If a client tries to perform a get
operation when one of the properties isn’t satisfied, the replica that doesn’t satisfy the client’s dependencies returns ERR_DEP
. If the key is not present instead, the replica will return ERR_KEY
.
Master program provides a programmatic interface with the key-value store. The master program keeps track of and also sends command messages to all servers and
clients. More specifically, the master program reads a sequence of newline delineated commands from stdin
ending with EOF which interact with the key-value store and, when instructed to, will display output from the key-value store to stdout
.
Command | Summary |
---|---|
joinServer [id] |
Starts a server and will connect this server to all other servers in the system. |
killServer [id] |
Immediately kills a server. It blocks until the server is stopped. |
joinClient [clientId] [serverId] |
Starts a client and connects it to the specified server. |
breakConnection [id1] [id2] |
Breaks the connection between a client and a server or between two servers. |
createConnection [id1] [id2] |
Creates or restores the connection between a client and a server or between two servers. |
stabilize |
Blocks until all values are able to propagate to all connected servers. |
printStore [id] |
Prints out a server’s key-value store. |
put [clientId] [key] [value] |
Tells a client to associate the given value with the key. |
get [clientId] [key] |
Tells a client to attempt to get the key associated with the given value (can return ERR_DEP or ERR_KEY ). |
printMemberList [id] |
Prints the server membership list of server [id]. |
- Go 1.6.2
- Color package for Go (The Makefile will automatically install it locally if you do not have it.)

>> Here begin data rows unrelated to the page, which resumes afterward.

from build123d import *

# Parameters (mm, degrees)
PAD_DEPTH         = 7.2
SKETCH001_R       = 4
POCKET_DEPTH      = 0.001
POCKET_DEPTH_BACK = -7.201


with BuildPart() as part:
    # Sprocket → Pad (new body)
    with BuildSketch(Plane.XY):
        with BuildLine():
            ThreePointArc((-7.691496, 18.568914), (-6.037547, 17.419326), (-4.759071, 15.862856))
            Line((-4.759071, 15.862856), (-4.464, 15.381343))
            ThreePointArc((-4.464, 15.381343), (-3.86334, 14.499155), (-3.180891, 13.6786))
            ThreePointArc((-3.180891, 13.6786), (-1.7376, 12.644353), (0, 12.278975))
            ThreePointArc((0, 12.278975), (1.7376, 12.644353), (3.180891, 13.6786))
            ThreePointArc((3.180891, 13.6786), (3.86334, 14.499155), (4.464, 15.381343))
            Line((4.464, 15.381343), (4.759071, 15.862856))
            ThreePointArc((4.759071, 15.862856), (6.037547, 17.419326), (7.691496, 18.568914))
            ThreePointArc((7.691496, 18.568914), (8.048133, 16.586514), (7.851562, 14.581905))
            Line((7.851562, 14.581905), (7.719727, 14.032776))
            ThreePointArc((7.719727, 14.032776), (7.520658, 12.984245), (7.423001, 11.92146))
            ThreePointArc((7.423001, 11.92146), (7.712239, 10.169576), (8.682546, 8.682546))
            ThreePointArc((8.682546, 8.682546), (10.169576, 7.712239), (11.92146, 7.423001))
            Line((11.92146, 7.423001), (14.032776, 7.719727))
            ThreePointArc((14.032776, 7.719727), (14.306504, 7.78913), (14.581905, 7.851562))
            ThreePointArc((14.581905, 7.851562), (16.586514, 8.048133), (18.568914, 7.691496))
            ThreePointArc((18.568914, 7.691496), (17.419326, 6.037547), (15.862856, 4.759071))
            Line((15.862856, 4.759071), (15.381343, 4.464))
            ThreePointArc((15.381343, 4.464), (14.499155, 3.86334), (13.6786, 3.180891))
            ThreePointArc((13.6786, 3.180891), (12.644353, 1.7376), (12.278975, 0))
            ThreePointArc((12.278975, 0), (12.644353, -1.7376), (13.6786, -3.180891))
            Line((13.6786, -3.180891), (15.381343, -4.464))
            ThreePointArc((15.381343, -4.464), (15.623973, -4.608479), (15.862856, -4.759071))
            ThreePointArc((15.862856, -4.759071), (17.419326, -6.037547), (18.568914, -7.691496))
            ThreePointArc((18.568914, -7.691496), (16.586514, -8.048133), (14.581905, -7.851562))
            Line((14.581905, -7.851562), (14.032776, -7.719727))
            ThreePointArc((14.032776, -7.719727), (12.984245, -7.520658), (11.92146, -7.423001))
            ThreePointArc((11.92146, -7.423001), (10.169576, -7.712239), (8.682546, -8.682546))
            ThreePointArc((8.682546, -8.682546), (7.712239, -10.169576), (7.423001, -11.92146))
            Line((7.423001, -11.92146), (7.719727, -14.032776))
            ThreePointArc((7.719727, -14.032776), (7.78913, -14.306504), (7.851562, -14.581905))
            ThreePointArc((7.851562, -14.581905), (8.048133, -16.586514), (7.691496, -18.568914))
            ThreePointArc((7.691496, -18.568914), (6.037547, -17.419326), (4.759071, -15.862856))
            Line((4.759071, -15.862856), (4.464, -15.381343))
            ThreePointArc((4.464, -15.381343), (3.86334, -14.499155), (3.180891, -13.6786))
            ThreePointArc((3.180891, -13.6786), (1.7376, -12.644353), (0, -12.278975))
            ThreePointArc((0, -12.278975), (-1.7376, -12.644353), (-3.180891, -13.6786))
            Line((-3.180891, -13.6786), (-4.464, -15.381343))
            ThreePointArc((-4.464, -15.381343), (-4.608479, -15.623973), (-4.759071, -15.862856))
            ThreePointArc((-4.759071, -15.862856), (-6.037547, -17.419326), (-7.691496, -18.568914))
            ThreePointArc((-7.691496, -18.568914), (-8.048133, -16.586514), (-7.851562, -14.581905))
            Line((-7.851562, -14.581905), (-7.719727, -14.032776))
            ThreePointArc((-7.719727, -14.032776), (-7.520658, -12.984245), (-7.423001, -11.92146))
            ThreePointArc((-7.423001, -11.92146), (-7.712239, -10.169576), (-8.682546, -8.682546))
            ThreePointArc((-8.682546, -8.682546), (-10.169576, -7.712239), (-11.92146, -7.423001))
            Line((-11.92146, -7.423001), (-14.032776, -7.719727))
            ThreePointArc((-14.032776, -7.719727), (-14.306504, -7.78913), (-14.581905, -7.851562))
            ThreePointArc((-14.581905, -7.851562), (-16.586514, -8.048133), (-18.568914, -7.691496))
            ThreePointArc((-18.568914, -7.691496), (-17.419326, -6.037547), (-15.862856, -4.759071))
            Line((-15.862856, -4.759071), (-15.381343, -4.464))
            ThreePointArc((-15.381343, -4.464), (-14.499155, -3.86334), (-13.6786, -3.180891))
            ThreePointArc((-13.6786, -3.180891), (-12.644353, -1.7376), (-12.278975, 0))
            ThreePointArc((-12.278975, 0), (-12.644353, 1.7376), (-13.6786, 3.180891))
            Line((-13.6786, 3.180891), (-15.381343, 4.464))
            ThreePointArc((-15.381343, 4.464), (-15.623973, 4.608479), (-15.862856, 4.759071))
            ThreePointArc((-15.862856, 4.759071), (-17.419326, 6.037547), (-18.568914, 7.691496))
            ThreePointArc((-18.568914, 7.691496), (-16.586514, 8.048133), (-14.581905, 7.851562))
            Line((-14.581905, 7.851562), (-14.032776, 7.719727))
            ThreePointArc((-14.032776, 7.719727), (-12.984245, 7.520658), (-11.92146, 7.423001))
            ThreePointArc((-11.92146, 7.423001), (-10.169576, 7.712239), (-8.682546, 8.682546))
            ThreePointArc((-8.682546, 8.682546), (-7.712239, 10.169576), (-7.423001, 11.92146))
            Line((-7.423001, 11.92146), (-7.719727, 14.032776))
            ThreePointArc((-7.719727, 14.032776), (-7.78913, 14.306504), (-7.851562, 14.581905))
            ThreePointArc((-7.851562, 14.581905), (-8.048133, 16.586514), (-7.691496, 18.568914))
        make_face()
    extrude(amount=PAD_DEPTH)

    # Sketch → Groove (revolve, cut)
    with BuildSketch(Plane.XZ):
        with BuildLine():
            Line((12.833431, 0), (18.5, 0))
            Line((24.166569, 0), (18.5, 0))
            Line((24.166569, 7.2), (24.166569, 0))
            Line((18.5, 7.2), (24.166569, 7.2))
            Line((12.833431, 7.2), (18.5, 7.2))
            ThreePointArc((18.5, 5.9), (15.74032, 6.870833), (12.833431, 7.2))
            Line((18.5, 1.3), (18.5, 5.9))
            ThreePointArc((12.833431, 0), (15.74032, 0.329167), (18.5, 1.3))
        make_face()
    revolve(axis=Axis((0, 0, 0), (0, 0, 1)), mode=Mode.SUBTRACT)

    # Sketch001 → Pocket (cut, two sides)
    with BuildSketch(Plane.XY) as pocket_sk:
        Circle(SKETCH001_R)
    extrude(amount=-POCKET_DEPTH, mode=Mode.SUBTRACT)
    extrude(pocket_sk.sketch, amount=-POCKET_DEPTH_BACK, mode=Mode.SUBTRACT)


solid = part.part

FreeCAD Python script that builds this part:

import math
import FreeCAD as App
import Part
import Sketcher
from FreeCAD import Vector

doc = App.newDocument("Part")
params = doc.addObject("Spreadsheet::Sheet", "Params")
for row, (alias, value) in enumerate([
    ("pad1_length", "7.2 mm"),
    ("sketch2_height", "7.2 mm"),
    ("sketch2_height2", "4.6 mm"),
    ("groove_angle", "360 deg"),
    ("sketch3_diameter", "8 mm"),
], start=1):
    params.set(f"A{row}", alias)
    params.set(f"B{row}", "=" + value)
    params.setAlias(f"B{row}", alias)

body = doc.addObject("PartDesign::Body", "Body")

sketch1 = body.newObject("Sketcher::SketchObject", "Sketch")
sketch1.AttachmentSupport = (doc.getObject("XY_Plane"), [""])
sketch1.MapMode = "FlatFace"
sketch1.addGeometry([
    Part.ArcOfCircle(Part.Circle(Vector(-11.007099, 12.034061, 0), Vector(0, 0, 1), 7.327859), math.radians(31.499988), math.radians(63.098027)),
    Part.ArcOfCircle(Part.Circle(Vector(-0.726167, 16.29256, 0), Vector(0, 0, 1), 7.327864), math.radians(161.901981), math.radians(193.499994)),
    Part.ArcOfCircle(Part.Circle(Vector(3.027006, 16.903244, 0), Vector(0, 0, 1), 11.123482), math.radians(-167.954515), math.radians(-165.045329)),
    Part.LineSegment(Vector(-7.719727, 14.032776, 0), Vector(-7.423001, 11.92146, 0)),
    Part.ArcOfCircle(Part.Circle(Vector(-11.733276, 11.733272, 0), Vector(0, 0, 1), 4.314381), math.radians(-44.999965), math.radians(2.499958)),
    Part.ArcOfCircle(Part.Circle(Vector(-11.733272, 11.733276, 0), Vector(0, 0, 1), 4.314381), math.radians(-92.499958), math.radians(-45.000035)),
    Part.ArcOfCircle(Part.Circle(Vector(-11.436285, 18.534963, 0), Vector(0, 0, 1), 11.122549), math.radians(-103.499912), math.radians(-92.500082)),
    Part.LineSegment(Vector(-14.032776, 7.719727, 0), Vector(-14.581905, 7.851562, 0)),
    Part.ArcOfCircle(Part.Circle(Vector(-16.29256, 0.726167, 0), Vector(0, 0, 1), 7.327864), math.radians(76.500006), math.radians(108.098019)),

The code can be compiled as follows:
$ make
All commands to the key-value store go through the master
. Either the commands can be given to the master by stdin
in console:
$ ./master
or you can pass a text file (cmds.txt
) with the list of commands to be run:
$ ./master < cmds.txt
It might happen that once you terminate the master
program, a number of serverNode
and clientNode
process are up and later execution of joinServer
and joinClient
commands may throw errors because the port numbers might still be in use. The makefile allows you to automatically kill such processes.
$ make cleanup
Killing stray server and client processes... done.
We employ a gossip-based membership protocol to detect failed servers and update the logical clocks for servers present in the cluster. Each server maintains a list of servers it believes to be a part of the cluster and has a heartbeat sequence number that monotonically increases. The server also maintains the latest heartbeat sequence number (seq
) it has seen for each member in the cluster and records its local timestamp of when it received it. The protocol involves periodic pairwise inter-process interactions. In every round, each server randomly selects a few nodes (GOSSIP_HEARTBEAT_FANOUT
) in its membership list, sends its entire membership list to those nodes and increments its own heartbeat sequence number. When a server receives a heartbeat notification it updates its own membership list replacing any outdated sequence numbers and add any new servers. If a server doesn't receive an updated heartbeat sequence number from a particular server within a given timeout period (GOSSIP_HEARTBEAT_TIMEOUT
), that server is moved to a SUSPICION
state and the timeout is reset. If this server sees a newer heartbeat sequence number within this timeout the server is moved back to ALIVE
state, otherwise it is assumed to be dead and is removed from the membership list. We had to add the SUSPICION
state inorder to avoid oscillations in the protocol. Note that we use local clocks at each server for timeouts to prevent clock skew or drift between servers to affect the protocol.
The system provides eventual consistency along with two session guarantees - Read Your Writes and Monotonic Reads. In order to provide these two guarantees the client maintains additional state. For each key it keeps track of the latest version number it has seen for that key. During the first put
or get
request for that key the server replies back to the client with the version number of the key-value pair. The client records this value locally and all subsequent put
or get
calls to any server include this version number. During a get
request the server checks this value with its own local version number, if it has a later value it returns that along with the new version number otherwise it returns ERR_DEP
. If the server doesn't have that key in its own store it returns an ERR_KEY
instead. After every put
or get
call the client updates the version number of the key appropriately. For providing eventual consistency each server sends out asynchronous ProcessRemoteWrite
calls to other servers with the latest put requests.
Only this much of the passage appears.